# By popular demand: How to ship a fish.



## 1fish2fish (Sep 10, 2009)

I've seen this question a lot, especially in the Betta Adoption Thread so I thought I would oblige 

*There are alternate methods but this is how I do it and what I find is most popular*

*Shipping a fish*:

_The Box_
First you will need a box. Preferably one that is "cube" shaped and not flat.









Next you will need styrofoam insulation. About 1/2 inch thick. This can be bought at your local home improvement store. **NOTE: you can also use bubble wrap, news paper, and packing peanuts. The styrofoam is much stronger, however and safer.**









What ever packing you use make sure you have enough to cover all sides, top, and bottom of the box. So the fish is essentially "wrapped" in packing and never actually touches the box itself.

The styrofoam you will cut so it fits snugly in the box like so.. 









**if you use some other form of packing, place a layer of what ever it is on the bottom first, then add the fish, then pack around the sides**


_Bagging the fish_
You will need to order plastic shipping bags. THIS IS A MUST! Sites like ebay, aquabid, or ibcbettas.org are good sources to get them from.

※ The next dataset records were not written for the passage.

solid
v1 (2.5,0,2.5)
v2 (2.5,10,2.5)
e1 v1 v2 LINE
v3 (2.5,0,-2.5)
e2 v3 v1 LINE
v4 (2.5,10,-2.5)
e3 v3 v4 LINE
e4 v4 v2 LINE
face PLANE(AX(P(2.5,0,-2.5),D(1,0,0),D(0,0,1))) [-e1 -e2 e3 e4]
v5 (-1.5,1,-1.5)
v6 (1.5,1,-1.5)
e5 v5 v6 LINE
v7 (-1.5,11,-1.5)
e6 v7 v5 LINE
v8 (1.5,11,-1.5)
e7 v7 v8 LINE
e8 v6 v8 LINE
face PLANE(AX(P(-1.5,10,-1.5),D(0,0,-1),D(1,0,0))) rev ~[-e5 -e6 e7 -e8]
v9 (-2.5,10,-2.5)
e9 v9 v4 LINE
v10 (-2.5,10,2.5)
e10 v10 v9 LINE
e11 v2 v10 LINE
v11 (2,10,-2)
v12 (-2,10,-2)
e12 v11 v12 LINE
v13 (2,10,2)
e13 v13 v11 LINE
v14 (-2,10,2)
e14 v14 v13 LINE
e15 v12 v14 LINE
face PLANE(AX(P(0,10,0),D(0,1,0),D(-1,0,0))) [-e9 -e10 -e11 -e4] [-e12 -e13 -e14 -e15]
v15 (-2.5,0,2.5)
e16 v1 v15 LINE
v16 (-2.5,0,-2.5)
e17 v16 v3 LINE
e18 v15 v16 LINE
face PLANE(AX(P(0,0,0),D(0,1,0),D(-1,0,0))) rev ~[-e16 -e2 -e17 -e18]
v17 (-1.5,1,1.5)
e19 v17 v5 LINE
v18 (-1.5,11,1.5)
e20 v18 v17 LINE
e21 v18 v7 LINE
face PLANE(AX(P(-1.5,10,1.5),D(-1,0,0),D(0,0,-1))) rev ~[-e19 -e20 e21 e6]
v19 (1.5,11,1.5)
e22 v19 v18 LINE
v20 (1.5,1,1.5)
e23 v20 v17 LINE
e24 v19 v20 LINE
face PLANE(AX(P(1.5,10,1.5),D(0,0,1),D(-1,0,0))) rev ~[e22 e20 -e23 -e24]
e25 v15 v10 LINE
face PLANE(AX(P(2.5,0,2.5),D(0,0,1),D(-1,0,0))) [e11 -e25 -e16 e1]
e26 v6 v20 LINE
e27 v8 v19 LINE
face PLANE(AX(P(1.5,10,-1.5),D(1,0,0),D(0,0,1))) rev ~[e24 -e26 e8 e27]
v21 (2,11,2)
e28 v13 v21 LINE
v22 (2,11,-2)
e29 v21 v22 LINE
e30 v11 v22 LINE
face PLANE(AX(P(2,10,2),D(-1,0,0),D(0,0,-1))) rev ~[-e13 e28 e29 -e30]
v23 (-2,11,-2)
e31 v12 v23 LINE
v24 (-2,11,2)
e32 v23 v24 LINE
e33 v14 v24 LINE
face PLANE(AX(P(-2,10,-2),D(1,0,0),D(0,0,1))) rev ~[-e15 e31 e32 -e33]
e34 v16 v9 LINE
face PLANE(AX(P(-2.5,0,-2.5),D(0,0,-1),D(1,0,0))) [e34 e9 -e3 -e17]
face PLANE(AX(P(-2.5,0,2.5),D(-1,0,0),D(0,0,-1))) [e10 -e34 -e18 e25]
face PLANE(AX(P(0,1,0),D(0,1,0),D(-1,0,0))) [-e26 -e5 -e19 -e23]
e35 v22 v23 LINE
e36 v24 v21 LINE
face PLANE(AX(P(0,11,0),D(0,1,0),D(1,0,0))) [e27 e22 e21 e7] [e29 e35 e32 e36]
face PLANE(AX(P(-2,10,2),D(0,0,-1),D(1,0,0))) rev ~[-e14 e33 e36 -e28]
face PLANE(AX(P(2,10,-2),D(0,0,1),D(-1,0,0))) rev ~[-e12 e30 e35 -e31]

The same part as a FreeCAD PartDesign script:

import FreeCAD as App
import Part
import Sketcher
from FreeCAD import Vector
Q = App.Units.Quantity


def faces_at(feature, points):
    """Names of the faces that lie closest to the given points."""
    faces = feature.Shape.Faces
    near = lambda p: min(range(len(faces)), key=lambda i: faces[i].distToShape(Part.Vertex(*p))[0])
    return sorted({f"Face{near(p) + 1}" for p in points})

doc = App.newDocument("Part")
body = doc.addObject("PartDesign::Body", "Body")

# Sketch on XZ plane
sketch1 = body.newObject("Sketcher::SketchObject", "Sketch")
sketch1.AttachmentSupport = (doc.getObject("XZ_Plane"), [""])
sketch1.MapMode = "FlatFace"
sketch1.addGeometry([
    Part.LineSegment(Vector(-2.5, 2.5, 0), Vector(2.5, 2.5, 0)),
    Part.LineSegment(Vector(2.5, 2.5, 0), Vector(2.5, -2.5, 0)),
    Part.LineSegment(Vector(2.5, -2.5, 0), Vector(-2.5, -2.5, 0)),
    Part.LineSegment(Vector(-2.5, -2.5, 0), Vector(-2.5, 2.5, 0)),
], False)
sketch1.addConstraint([
    Sketcher.Constraint("Coincident", 0, 2, 1, 1),
    Sketcher.Constraint("Coincident", 1, 2, 2, 1),
    Sketcher.Constraint("Coincident", 2, 2, 3, 1),
    Sketcher.Constraint("Coincident", 3, 2, 0, 1),
    Sketcher.Constraint("Horizontal", 0),
    Sketcher.Constraint("Vertical", 1),
    Sketcher.Constraint("Horizontal", 2),
    Sketcher.Constraint("Vertical", 3),
    Sketcher.Constraint("Symmetric", 0, 2, 2, 2, -1, 1),
    Sketcher.Constraint("Equal", 2, 1),
    Sketcher.Constraint("DistanceX", 0, 1, 0, 2, Q("5 mm")),
])
pad1 = body.newObject("PartDesign::Pad", "Pad")
pad1.Profile = sketch1
pad1.Length = 10
pad1.Reversed = True
doc.recompute()

thickness = body.newObject("PartDesign::Thickness", "Thickness")
thickness.Base = (pad1, faces_at(pad1, [(-0.833, 10, -0.833)]))
thickness.Value = 1
thickness.Reversed = True
thickness.Join = "Intersection"

# Sketch on XZ plane
sketch2 = body.newObject("Sketcher::SketchObject", "Sketch001")
sketch2.AttachmentSupport = (doc.getObject("XZ_Plane"), [""])
sketch2.MapMode = "FlatFace"
sketch2.AttachmentOffset = App.Placement(Vector(0, 0, -10), App.Rotation())
sketch2.addGeometry([
    Part.LineSegment(Vector(2, -2, 0), Vector(-2, -2, 0)),  # 0
    Part.LineSegment(Vector(-2, -2, 0), Vector(-2, 2, 0)),  # 1
    Part.LineSegment(Vector(-2, 2, 0), Vector(2, 2, 0)),  # 2
    Part.LineSegment(Vector(2, 2, 0), Vector(2, -2, 0)),  # 3
    Part.LineSegment(Vector(-1.5, -1.5, 0), Vector(1.5, -1.5, 0)),  # 4
    Part.LineSegment(Vector(1.5, -1.5, 0), Vector(1.5, 1.5, 0)),  # 5
    Part.LineSegment(Vector(1.5, 1.5, 0), Vector(-1.5, 1.5, 0)),  # 6
    Part.LineSegment(Vector(-1.5, 1.5, 0), Vector(-1.5, -1.5, 0)),  # 7
], False)
sketch2.addConstraint([
    Sketcher.Constraint("Coincident", 0, 2, 1, 1),
    Sketcher.Constraint("Coincident", 1, 2, 2, 1),
    Sketcher.Constraint("Coincident", 2, 2, 3, 1),
    Sketcher.Constraint("Coincident", 3, 2, 0, 1),
    Sketcher.Constraint("Coincident", 4, 2, 5, 1),
    Sketcher.Constraint("Coincident", 5, 2, 6, 1),
    Sketcher.Constraint("Coincident", 6, 2, 7, 1),
    Sketcher.Constraint("Coincident", 7, 2, 4, 1),
    Sketcher.Constraint("Horizontal", 0),
    Sketcher.Constraint("Vertical", 1),
    Sketcher.Constraint("Horizontal", 2),
    Sketcher.Constraint("Vertical", 3),
    Sketcher.Constraint("Horizontal", 4),
    Sketcher.Constraint("Vertical", 5),
    Sketcher.Constraint("Horizontal", 6),
    Sketcher.Constraint("Vertical", 7),
    Sketcher.Constraint("Symmetric", 0, 2, 2, 2, -1, 1),
    Sketcher.Constraint("Symmetric", 4, 2, 6, 2, -1, 1),
    Sketcher.Constraint("Equal", 2, 1),
    Sketcher.Constraint("Equal", 6, 5),
    Sketcher.Constraint("DistanceX", 4, 2, 3, 2, Q("0.5 mm")),
    Sketcher.Constraint("DistanceX", 0, 2, 0, 1, Q("4 mm")),
])
pad2 = body.newObject("PartDesign::Pad", "Pad001")
pad2.Profile = sketch2
pad2.Length = 1
pad2.Reversed = True

doc.recompute()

First, fill the bag with FRESH, dechlorinated water. DO NOT use water that the fish has already been in. He is going to need the cleanest water possible. Fill it about 2 inches or so (you can add more later if you feel its needed). When it comes to bettas, the amount of water is not what your looking for, its the amount of AIR.










Next, Net your fish and carefully place him into the water (Alexander will be my model for this thread ).









After that grab the bag from the top so it is "fat" with air. DO NOT BLOW AIR INTO THE BAG! In case you missed that science class, the air you blow from your mouth is carbon dioxide gas... not oxygen. After you have air in the bag twist the top really tight and knot it.. the way you would do a balloon. It can take several tries but keep trying.

Grab the bag..









Twist and knot..









Make sure that there is enough water in the bag so that if it is turned sideways the fish is still under water.









Next invert the bag (turn it upside down) and place it into another bag. Knot it just like you did the first bag. This is to help prevent any damage.









Next place the fish in the box. If there is enough room put the fish on its side. I've mailed fish placed up and on the side and I don't really think there is much of a difference.









After that you need to fill the empty spaces with packing material. Peanuts, newspaper, bubble wrap all work well. I've also used grocery bags (shown here) and old class notes for packing. Its a great way to recycle.









Cover the top of the fish with packing material and if your using styrofoam inserts put the top of that on.










After that tape up the box. Using a sharpie or labels printed on your computer write stuff like "FRAGILE", "THIS SIDE UP", "PERISHABLE", and "AVOID EXTREME TEMPERATURES".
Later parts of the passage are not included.